Excerpted records:
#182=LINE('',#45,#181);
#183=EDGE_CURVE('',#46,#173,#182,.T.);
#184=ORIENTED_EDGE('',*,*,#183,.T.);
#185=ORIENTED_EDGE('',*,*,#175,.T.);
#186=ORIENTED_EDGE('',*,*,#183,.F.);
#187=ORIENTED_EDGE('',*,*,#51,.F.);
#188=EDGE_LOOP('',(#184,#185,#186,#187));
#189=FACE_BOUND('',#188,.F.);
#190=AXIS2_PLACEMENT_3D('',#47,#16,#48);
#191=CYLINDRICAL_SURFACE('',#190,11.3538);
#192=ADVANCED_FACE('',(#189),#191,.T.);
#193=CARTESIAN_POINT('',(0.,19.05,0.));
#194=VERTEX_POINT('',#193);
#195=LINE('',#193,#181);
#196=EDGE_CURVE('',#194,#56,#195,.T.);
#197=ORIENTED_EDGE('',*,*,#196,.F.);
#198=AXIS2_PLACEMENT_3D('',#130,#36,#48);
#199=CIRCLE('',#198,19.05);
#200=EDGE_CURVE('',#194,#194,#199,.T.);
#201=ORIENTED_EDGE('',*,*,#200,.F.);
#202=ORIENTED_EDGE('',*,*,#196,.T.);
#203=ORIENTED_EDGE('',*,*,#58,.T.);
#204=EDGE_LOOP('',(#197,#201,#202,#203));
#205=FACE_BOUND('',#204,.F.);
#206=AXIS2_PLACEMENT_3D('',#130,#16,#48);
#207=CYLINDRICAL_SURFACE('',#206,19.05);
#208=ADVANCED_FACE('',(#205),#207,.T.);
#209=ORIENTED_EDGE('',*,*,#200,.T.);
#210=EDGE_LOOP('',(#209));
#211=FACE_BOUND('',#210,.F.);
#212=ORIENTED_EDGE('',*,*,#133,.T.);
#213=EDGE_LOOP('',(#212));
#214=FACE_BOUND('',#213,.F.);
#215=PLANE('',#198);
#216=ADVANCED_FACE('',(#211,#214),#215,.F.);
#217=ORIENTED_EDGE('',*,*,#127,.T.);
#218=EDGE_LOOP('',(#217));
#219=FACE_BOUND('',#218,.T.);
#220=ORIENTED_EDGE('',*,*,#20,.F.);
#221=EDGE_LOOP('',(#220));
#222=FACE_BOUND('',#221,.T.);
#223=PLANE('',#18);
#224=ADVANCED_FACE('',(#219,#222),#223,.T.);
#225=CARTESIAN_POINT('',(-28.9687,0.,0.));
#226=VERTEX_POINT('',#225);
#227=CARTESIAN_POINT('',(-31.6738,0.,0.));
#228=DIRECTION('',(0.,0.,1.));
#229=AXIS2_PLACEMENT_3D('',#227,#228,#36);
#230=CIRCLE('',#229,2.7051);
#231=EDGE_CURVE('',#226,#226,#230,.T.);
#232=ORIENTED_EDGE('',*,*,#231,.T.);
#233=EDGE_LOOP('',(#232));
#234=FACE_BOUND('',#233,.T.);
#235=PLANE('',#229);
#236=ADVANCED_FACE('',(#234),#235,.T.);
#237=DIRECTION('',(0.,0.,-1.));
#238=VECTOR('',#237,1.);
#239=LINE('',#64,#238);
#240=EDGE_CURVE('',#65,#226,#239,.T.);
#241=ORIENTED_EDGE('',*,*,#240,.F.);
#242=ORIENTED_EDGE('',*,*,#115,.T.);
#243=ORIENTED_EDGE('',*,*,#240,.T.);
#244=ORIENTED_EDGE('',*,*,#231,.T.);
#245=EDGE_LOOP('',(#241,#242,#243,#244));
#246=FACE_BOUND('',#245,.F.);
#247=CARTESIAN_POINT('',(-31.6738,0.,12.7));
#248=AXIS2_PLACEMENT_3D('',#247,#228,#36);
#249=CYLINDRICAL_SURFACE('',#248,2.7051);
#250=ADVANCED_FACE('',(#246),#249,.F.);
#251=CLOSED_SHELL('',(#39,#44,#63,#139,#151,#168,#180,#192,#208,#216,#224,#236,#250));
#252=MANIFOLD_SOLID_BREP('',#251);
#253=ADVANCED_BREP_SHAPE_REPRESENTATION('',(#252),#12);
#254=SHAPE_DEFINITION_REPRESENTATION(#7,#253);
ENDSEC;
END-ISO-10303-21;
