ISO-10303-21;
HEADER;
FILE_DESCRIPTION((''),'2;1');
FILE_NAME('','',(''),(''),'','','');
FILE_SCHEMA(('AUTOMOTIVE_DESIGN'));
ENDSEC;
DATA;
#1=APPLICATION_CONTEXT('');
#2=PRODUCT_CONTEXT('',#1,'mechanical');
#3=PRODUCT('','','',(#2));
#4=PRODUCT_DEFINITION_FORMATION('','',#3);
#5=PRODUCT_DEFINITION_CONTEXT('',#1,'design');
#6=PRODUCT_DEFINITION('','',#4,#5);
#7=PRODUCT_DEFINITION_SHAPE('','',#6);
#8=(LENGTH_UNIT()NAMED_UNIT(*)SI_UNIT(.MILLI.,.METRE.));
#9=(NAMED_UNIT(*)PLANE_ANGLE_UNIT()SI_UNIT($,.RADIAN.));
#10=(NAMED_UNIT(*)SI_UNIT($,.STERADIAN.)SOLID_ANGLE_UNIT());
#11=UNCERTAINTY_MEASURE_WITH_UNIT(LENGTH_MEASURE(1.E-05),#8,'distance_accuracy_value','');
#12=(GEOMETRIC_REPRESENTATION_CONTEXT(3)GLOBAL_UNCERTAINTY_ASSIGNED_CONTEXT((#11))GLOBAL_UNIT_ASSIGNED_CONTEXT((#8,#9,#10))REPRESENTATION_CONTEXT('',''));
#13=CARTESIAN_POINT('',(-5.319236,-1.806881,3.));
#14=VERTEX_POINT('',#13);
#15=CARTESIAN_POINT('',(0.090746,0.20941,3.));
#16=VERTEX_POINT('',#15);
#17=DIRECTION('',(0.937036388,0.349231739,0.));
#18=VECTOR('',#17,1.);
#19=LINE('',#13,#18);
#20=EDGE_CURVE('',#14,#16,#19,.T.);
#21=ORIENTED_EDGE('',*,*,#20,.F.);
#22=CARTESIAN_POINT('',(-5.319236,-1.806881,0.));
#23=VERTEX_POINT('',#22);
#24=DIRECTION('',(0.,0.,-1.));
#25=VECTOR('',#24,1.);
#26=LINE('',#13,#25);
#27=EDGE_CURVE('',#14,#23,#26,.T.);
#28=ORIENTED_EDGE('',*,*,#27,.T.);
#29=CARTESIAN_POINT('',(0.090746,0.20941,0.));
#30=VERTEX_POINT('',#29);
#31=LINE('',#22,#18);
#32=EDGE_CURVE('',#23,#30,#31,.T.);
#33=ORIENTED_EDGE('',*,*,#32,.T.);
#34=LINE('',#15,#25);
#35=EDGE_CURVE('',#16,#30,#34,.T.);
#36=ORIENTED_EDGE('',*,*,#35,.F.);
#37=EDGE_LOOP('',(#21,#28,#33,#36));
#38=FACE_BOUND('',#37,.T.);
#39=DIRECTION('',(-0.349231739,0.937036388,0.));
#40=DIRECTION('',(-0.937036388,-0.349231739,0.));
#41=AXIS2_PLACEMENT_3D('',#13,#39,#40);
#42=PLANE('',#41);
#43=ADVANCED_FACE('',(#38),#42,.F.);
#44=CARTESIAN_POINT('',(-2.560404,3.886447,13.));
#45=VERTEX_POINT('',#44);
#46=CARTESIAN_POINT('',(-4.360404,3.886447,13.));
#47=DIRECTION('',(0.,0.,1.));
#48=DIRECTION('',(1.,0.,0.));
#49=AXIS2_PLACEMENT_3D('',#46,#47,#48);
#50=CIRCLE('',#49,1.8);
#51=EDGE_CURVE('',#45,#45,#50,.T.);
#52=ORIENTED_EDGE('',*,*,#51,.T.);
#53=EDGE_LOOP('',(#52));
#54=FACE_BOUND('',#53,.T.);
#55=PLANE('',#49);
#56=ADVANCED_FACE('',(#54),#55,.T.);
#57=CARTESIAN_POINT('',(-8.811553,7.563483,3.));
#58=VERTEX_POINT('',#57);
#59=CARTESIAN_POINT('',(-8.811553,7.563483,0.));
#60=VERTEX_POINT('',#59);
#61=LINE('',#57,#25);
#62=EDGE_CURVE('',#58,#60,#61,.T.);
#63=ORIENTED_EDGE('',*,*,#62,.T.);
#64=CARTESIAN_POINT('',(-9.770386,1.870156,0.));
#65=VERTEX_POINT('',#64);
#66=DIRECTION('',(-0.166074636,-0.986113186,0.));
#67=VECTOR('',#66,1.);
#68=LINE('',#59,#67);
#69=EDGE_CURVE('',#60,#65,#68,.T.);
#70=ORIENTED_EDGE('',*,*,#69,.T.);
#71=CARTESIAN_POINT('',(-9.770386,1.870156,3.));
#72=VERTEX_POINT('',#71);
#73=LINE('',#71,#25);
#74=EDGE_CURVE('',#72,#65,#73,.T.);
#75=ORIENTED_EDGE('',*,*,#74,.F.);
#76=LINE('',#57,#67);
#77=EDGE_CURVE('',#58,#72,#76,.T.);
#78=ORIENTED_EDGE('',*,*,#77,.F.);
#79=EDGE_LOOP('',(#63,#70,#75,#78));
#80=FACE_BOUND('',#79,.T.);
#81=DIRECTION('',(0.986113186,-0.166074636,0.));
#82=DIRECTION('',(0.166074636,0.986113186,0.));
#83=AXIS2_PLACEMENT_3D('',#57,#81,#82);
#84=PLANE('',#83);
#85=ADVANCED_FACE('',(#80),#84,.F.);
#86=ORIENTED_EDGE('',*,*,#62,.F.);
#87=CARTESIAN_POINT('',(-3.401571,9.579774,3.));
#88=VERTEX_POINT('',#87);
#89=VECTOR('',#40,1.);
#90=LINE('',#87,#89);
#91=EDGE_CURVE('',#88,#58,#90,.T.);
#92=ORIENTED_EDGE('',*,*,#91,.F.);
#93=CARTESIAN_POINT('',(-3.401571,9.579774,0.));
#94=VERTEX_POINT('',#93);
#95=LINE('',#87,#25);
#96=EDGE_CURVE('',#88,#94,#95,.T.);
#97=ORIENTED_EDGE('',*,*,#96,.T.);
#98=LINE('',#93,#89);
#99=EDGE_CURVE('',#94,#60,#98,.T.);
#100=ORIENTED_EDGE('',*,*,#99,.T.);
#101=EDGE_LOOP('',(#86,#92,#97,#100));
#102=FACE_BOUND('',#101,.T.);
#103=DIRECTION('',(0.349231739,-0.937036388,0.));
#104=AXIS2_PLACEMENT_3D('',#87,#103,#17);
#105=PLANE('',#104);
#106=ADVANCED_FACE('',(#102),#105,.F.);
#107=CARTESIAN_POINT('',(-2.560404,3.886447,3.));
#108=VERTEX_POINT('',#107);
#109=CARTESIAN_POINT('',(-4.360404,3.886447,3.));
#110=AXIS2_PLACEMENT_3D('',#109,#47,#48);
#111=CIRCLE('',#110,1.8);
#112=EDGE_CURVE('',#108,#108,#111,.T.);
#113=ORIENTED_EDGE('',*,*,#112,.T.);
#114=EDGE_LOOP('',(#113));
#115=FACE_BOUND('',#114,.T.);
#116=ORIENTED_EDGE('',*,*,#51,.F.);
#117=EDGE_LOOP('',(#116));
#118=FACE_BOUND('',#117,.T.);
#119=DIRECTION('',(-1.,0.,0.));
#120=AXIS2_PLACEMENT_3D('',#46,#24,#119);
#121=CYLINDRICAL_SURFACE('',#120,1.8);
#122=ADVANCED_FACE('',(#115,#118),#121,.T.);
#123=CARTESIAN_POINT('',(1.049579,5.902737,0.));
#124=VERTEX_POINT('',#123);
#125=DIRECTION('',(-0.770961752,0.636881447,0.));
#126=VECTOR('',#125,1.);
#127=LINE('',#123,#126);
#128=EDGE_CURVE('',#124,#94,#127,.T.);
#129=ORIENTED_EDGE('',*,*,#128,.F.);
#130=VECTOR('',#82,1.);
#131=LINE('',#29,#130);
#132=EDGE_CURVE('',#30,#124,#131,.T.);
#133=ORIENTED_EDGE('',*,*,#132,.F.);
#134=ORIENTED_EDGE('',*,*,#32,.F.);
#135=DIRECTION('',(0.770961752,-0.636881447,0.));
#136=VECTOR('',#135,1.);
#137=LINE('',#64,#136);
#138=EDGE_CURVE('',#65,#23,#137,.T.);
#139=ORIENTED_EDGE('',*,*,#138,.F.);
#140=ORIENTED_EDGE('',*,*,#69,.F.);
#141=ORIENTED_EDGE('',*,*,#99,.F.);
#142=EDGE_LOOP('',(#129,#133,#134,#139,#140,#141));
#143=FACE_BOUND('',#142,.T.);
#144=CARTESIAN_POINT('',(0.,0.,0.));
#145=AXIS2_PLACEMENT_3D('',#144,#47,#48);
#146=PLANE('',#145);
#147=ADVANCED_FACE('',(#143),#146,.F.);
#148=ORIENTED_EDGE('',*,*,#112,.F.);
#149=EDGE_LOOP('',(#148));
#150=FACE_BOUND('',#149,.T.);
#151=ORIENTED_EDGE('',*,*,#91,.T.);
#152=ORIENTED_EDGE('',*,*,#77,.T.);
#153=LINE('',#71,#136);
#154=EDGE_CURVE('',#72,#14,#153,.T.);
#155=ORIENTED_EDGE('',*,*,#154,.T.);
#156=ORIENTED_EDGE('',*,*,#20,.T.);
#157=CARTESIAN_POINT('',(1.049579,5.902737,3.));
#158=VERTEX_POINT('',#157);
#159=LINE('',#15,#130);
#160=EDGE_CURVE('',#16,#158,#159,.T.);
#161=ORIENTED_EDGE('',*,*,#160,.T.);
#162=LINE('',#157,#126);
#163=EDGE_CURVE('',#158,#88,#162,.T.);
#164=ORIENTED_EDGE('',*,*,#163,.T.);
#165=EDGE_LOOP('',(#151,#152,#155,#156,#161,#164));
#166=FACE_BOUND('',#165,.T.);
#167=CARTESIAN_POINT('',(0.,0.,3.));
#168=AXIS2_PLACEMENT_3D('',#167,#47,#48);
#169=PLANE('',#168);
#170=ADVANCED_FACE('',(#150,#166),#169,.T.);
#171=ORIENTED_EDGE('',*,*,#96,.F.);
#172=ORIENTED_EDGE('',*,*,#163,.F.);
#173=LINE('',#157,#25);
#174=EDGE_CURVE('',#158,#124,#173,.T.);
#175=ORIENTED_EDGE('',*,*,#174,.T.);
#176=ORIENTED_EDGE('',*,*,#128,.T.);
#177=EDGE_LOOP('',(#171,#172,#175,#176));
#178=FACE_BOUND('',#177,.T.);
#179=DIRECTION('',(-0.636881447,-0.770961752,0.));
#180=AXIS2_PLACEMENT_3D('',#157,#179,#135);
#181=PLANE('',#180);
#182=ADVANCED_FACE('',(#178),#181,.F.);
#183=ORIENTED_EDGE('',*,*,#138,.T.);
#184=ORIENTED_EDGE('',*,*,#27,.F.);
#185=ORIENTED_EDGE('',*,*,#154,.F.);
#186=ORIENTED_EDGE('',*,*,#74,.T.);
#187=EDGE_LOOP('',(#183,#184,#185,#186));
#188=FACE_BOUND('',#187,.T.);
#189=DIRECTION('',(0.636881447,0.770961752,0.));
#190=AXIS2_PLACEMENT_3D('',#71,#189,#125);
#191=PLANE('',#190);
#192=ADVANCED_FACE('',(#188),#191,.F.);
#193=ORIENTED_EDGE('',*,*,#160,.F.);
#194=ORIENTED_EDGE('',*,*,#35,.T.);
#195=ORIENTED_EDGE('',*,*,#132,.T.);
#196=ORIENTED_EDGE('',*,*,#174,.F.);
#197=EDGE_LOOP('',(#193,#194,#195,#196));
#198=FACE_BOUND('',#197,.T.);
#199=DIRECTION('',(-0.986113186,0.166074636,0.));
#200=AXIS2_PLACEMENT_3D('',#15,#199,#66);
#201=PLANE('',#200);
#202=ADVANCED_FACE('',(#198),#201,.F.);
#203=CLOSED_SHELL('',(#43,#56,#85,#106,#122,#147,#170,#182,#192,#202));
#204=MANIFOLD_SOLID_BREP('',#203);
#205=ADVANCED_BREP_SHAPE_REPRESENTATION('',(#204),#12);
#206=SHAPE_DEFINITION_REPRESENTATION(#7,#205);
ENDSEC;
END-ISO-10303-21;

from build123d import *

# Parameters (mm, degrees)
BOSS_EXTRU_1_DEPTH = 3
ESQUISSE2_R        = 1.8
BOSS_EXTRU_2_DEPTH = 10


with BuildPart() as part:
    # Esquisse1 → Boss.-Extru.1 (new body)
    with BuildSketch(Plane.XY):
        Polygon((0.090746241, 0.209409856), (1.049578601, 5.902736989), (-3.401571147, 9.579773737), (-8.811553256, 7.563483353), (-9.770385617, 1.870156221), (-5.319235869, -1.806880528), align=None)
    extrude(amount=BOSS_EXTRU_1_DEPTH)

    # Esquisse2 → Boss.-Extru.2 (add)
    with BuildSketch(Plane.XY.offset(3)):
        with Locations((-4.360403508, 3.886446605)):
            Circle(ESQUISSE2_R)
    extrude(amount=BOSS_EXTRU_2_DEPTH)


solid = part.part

==

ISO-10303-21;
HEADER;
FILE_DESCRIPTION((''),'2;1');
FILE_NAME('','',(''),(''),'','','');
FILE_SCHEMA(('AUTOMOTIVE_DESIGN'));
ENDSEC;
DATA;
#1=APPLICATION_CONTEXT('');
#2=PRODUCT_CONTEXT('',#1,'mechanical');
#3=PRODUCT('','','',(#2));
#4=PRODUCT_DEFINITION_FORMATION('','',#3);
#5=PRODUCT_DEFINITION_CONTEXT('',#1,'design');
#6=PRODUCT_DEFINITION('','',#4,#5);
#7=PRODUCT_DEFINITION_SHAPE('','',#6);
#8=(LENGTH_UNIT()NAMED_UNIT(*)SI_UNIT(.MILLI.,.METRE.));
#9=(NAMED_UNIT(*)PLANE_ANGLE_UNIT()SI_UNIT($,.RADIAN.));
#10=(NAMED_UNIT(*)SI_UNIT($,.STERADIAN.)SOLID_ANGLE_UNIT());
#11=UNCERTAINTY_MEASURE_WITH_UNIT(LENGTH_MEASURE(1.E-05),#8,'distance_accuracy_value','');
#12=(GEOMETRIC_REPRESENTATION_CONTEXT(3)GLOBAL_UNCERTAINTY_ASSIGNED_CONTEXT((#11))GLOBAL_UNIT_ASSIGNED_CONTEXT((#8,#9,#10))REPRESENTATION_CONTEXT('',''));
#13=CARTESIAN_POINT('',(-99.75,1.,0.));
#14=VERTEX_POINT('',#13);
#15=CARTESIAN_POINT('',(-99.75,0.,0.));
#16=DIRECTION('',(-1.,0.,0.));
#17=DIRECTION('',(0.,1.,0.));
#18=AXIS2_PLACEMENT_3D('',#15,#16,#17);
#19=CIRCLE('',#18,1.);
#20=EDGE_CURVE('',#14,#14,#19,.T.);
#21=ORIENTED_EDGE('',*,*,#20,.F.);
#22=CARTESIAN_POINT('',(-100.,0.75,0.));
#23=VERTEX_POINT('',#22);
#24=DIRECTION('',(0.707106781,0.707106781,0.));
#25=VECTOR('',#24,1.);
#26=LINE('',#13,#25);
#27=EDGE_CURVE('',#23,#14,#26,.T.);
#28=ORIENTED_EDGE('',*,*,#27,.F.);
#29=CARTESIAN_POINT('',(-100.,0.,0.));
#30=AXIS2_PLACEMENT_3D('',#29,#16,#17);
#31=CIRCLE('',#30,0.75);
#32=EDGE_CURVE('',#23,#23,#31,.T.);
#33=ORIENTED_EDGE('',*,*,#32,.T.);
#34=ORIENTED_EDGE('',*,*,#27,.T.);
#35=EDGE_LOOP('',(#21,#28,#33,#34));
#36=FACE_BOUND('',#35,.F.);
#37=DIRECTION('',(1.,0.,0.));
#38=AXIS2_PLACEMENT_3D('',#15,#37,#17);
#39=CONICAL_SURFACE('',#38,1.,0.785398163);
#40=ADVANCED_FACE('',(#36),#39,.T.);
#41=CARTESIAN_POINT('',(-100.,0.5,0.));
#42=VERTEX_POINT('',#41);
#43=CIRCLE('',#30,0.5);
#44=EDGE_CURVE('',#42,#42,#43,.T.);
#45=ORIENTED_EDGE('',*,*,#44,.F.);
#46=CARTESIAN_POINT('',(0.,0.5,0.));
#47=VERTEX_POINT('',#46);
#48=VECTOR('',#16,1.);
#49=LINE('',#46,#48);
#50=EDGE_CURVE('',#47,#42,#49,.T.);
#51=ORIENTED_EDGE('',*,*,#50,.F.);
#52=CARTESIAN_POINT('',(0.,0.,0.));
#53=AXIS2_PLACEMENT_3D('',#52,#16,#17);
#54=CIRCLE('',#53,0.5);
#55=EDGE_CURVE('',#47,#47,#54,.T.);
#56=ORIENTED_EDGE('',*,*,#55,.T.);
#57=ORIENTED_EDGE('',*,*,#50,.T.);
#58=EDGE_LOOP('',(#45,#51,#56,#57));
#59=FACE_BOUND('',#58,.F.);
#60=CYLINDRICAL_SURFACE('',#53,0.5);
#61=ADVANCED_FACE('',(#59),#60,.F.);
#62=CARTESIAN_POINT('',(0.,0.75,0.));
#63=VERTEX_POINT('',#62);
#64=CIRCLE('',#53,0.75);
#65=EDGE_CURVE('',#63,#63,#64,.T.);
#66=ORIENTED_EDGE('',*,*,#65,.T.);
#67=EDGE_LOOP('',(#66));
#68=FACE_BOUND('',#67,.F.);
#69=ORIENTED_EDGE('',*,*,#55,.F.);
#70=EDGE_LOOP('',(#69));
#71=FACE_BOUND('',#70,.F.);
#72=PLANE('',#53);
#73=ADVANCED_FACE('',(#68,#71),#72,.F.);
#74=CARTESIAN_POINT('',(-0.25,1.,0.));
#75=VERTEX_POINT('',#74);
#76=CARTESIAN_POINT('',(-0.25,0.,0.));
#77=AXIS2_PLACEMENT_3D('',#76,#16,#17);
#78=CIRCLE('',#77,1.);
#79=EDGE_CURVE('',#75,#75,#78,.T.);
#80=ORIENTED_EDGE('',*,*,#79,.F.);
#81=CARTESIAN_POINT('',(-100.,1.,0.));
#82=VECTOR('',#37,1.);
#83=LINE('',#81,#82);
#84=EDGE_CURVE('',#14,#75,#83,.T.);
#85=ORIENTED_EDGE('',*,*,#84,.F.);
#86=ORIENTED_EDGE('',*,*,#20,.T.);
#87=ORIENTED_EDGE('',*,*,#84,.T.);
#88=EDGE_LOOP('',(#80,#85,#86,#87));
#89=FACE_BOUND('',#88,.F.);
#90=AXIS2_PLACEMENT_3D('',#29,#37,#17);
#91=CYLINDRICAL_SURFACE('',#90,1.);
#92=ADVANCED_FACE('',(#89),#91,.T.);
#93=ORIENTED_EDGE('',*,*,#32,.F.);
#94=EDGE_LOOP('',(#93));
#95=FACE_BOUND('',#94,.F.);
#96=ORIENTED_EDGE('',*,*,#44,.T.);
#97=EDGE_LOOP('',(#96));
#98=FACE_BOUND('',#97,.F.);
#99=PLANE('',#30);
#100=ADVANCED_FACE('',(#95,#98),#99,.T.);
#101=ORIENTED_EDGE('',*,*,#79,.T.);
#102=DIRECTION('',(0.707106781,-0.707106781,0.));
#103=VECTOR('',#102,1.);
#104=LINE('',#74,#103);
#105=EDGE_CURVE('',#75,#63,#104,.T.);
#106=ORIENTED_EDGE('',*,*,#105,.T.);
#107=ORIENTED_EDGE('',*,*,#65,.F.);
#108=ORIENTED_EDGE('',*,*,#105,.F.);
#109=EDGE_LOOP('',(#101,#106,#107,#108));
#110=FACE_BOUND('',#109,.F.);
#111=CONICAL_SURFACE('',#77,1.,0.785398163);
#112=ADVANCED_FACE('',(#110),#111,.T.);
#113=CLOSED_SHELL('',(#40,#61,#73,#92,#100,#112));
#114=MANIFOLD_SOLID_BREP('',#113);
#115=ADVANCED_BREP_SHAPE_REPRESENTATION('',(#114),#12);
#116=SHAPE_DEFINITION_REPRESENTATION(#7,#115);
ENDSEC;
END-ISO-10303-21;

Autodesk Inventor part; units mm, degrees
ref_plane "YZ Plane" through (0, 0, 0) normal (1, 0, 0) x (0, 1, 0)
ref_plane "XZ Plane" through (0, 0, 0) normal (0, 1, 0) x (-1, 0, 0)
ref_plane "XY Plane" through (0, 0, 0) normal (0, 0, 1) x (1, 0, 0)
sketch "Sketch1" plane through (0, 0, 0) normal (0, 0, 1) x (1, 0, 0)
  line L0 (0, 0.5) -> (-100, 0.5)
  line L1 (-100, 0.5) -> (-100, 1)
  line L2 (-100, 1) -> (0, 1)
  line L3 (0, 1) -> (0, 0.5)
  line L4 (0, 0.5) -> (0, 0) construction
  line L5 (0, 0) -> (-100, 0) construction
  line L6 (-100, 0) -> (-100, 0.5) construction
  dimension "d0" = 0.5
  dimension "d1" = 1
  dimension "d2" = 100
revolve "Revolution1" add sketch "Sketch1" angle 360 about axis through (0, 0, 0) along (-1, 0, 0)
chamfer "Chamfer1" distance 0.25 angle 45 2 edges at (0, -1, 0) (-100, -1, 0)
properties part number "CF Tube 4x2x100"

Your objective:
Beginning with the line that has "#119=DIRECTION('',(-1.,0.,0.));" and ending with the line that has "#129=ORIENTED_EDGE('',*,*,#128,.F.);", set down the lines above exactly and include no others.

Exercise output:
#119=DIRECTION('',(-1.,0.,0.));
#120=AXIS2_PLACEMENT_3D('',#46,#24,#119);
#121=CYLINDRICAL_SURFACE('',#120,1.8);
#122=ADVANCED_FACE('',(#115,#118),#121,.T.);
#123=CARTESIAN_POINT('',(1.049579,5.902737,0.));
#124=VERTEX_POINT('',#123);
#125=DIRECTION('',(-0.770961752,0.636881447,0.));
#126=VECTOR('',#125,1.);
#127=LINE('',#123,#126);
#128=EDGE_CURVE('',#124,#94,#127,.T.);
#129=ORIENTED_EDGE('',*,*,#128,.F.);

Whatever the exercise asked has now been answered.